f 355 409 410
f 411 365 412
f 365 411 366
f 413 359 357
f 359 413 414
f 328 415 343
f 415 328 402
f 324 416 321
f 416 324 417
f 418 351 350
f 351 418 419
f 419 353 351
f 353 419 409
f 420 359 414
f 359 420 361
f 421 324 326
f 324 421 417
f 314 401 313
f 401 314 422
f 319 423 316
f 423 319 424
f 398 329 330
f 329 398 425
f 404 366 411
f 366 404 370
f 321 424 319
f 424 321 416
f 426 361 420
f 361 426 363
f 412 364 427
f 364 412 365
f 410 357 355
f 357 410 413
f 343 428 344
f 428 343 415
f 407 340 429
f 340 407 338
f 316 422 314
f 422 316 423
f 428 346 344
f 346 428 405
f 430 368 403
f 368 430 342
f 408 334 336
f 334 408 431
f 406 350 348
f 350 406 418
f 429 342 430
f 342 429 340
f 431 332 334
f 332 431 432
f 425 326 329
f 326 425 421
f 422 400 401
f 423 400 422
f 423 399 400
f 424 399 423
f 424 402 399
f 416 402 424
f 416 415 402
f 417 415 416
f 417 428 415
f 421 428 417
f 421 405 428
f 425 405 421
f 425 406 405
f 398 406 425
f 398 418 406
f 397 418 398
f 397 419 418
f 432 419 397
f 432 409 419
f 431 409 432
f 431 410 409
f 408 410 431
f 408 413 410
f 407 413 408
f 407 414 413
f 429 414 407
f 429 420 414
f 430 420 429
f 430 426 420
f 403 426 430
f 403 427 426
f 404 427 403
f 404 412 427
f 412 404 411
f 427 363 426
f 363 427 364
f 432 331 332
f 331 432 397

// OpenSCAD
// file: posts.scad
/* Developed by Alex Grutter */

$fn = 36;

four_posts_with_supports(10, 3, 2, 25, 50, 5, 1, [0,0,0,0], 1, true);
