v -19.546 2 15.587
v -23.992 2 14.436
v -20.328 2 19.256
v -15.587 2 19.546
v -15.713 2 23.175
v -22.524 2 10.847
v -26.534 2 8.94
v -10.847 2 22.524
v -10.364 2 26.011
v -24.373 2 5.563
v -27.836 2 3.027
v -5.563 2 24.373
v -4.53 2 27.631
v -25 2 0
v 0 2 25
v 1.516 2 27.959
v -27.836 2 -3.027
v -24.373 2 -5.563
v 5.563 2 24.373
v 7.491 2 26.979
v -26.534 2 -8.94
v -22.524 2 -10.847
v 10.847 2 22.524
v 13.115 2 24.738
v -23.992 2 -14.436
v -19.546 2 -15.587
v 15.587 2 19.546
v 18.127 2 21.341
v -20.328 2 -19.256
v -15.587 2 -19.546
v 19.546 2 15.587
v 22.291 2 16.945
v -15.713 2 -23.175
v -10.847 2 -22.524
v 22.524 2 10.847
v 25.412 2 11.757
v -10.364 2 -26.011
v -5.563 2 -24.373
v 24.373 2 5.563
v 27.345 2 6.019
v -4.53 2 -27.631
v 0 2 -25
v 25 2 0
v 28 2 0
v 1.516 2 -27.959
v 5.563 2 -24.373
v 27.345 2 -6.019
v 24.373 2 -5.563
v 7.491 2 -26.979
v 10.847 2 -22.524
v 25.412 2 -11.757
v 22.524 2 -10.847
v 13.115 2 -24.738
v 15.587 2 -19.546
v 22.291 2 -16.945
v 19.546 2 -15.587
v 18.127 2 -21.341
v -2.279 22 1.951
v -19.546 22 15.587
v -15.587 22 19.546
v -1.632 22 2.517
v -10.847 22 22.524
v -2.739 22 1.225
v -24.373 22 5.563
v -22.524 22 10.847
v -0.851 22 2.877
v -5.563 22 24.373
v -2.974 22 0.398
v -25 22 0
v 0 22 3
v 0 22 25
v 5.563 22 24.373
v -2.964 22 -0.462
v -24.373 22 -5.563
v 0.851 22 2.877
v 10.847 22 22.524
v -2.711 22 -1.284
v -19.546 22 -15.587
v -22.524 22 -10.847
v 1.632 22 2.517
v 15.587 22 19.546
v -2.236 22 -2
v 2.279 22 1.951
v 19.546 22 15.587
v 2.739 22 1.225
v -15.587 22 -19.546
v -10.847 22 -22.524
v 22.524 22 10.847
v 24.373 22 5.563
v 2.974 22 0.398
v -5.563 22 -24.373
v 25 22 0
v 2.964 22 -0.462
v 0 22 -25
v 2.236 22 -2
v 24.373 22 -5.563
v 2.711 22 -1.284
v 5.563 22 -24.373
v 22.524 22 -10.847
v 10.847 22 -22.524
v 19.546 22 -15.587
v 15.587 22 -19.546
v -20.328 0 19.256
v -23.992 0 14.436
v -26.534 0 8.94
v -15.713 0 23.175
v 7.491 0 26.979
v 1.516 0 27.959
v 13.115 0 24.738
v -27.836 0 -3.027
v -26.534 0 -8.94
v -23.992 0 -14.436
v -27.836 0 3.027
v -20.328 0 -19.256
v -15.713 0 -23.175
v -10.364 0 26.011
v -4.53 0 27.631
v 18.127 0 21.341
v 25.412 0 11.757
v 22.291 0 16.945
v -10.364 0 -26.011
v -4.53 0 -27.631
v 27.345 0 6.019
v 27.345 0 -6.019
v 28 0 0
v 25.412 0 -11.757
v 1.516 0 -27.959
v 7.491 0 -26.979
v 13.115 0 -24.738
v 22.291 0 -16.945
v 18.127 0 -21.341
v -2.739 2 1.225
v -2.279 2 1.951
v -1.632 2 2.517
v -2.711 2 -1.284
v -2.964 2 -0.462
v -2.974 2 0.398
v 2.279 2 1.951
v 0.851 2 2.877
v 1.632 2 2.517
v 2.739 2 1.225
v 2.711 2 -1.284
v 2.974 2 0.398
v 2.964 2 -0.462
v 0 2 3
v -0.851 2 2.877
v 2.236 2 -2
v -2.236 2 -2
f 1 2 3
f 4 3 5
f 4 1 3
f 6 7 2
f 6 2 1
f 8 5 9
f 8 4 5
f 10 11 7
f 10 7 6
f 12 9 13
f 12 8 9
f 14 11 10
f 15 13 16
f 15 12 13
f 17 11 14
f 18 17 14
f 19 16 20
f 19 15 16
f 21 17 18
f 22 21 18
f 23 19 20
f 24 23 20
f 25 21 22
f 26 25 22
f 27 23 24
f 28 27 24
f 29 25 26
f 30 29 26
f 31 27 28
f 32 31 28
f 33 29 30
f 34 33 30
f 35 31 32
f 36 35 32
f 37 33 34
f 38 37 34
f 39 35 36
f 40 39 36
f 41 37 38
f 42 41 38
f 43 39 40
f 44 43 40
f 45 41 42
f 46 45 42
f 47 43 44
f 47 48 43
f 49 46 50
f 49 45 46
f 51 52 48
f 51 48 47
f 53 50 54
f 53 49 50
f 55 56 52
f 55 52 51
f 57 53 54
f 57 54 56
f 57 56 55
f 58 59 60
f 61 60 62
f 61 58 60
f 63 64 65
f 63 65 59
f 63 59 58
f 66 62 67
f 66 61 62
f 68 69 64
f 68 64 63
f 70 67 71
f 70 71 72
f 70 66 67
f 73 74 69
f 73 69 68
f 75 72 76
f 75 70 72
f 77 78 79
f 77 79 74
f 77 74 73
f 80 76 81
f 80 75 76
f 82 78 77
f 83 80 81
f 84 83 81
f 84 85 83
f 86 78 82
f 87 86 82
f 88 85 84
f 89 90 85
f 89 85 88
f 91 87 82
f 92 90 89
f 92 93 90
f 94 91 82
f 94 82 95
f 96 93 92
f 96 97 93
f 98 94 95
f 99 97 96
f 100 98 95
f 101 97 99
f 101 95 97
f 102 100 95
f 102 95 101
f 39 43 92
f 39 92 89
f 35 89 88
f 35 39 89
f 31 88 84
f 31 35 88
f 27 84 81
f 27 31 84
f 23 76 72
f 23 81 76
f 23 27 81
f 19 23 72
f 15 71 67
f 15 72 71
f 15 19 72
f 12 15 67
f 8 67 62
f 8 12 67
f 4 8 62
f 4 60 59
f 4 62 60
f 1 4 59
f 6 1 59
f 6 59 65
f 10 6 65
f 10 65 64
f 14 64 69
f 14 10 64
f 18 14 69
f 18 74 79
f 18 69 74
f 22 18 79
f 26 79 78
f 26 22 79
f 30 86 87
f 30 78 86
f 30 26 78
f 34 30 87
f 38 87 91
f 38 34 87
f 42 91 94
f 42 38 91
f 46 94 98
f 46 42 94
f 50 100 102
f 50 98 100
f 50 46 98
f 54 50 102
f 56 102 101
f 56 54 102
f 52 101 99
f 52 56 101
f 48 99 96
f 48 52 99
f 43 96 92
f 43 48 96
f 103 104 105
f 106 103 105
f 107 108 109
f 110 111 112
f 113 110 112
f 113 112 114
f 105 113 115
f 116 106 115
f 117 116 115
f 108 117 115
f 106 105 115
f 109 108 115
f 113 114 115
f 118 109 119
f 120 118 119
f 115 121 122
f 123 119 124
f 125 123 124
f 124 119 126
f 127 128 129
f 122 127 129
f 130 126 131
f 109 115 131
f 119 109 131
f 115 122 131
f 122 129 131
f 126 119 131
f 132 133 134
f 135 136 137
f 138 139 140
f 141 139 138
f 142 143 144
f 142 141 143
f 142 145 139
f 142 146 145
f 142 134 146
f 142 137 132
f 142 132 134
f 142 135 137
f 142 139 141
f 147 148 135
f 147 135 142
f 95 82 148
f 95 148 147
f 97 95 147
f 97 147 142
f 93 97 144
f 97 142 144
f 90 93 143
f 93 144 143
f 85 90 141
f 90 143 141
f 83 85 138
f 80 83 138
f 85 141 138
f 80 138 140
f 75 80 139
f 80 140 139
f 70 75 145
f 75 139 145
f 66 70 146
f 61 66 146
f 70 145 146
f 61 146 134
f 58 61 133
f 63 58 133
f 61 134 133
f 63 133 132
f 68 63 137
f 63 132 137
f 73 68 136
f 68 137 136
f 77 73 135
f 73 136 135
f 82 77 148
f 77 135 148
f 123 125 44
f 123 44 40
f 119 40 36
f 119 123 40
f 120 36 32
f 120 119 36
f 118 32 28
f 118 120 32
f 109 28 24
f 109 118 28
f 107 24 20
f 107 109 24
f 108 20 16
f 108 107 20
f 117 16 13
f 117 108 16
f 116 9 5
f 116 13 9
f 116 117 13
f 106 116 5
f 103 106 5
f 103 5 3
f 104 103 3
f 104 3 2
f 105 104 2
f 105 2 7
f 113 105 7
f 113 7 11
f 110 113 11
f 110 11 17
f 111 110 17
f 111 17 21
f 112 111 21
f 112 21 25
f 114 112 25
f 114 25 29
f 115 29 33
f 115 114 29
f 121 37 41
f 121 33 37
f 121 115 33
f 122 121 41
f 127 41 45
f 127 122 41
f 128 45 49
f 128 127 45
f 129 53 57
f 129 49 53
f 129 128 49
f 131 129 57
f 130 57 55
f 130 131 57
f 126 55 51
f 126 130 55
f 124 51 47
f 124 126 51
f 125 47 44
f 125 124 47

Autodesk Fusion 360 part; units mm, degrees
sketch "스케치1" plane through (0, 0, 0) normal (0, 1, 0) x (1, 0, 0)
  circle A0 centre (0, 0) radius 3
  line L0 (-3, 2) -> (3, 2)
  line L1 (3, 2) -> (3, -3)
  line L2 (3, -3) -> (-3, -3)
  line L3 (-3, -3) -> (-3, 2)
  circle A1 centre (0, 0) radius 25
  dimension "d1" = 6
  dimension "d2" = 5
  dimension "d3" = 50
extrude "돌출1" add sketch "스케치1" along normal blind 22 contours A0 L1 L2 | A0 L0 L1 | A0 L0 | A0 L2 L3 | A0 L0 L3 | A1 picked at (-0.1397, 2.3235)
sketch "스케치2" plane through (0, 0, 0) normal (0, 1, 0) x (1, 0, 0)
  circle A0 centre (0, 0) radius 28
  dimension "d6" = 56
extrude "돌출2" add sketch "스케치2" along normal blind 2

What you need to do: After locating the line with "f 326 425 421" above, return that line and every later line through the one with "v 10.847 2 22.524", word for word and with nothing else.

Worked solution:
f 326 425 421
f 422 400 401
f 423 400 422
f 423 399 400
f 424 399 423
f 424 402 399
f 416 402 424
f 416 415 402
f 417 415 416
f 417 428 415
f 421 428 417
f 421 405 428
f 425 405 421
f 425 406 405
f 398 406 425
f 398 418 406
f 397 418 398
f 397 419 418
f 432 419 397
f 432 409 419
f 431 409 432
f 431 410 409
f 408 410 431
f 408 413 410
f 407 413 408
f 407 414 413
f 429 414 407
f 429 420 414
f 430 420 429
f 430 426 420
f 403 426 430
f 403 427 426
f 404 427 403
f 404 412 427
f 412 404 411
f 427 363 426
f 363 427 364
f 432 331 332
f 331 432 397

// OpenSCAD
// file: posts.scad
/* Developed by Alex Grutter */

$fn = 36;

four_posts_with_supports(10, 3, 2, 25, 50, 5, 1, [0,0,0,0], 1, true);
v -19.546 2 15.587
v -23.992 2 14.436
v -20.328 2 19.256
v -15.587 2 19.546
v -15.713 2 23.175
v -22.524 2 10.847
v -26.534 2 8.94
v -10.847 2 22.524
v -10.364 2 26.011
v -24.373 2 5.563
v -27.836 2 3.027
v -5.563 2 24.373
v -4.53 2 27.631
v -25 2 0
v 0 2 25
v 1.516 2 27.959
v -27.836 2 -3.027
v -24.373 2 -5.563
v 5.563 2 24.373
v 7.491 2 26.979
v -26.534 2 -8.94
v -22.524 2 -10.847
v 10.847 2 22.524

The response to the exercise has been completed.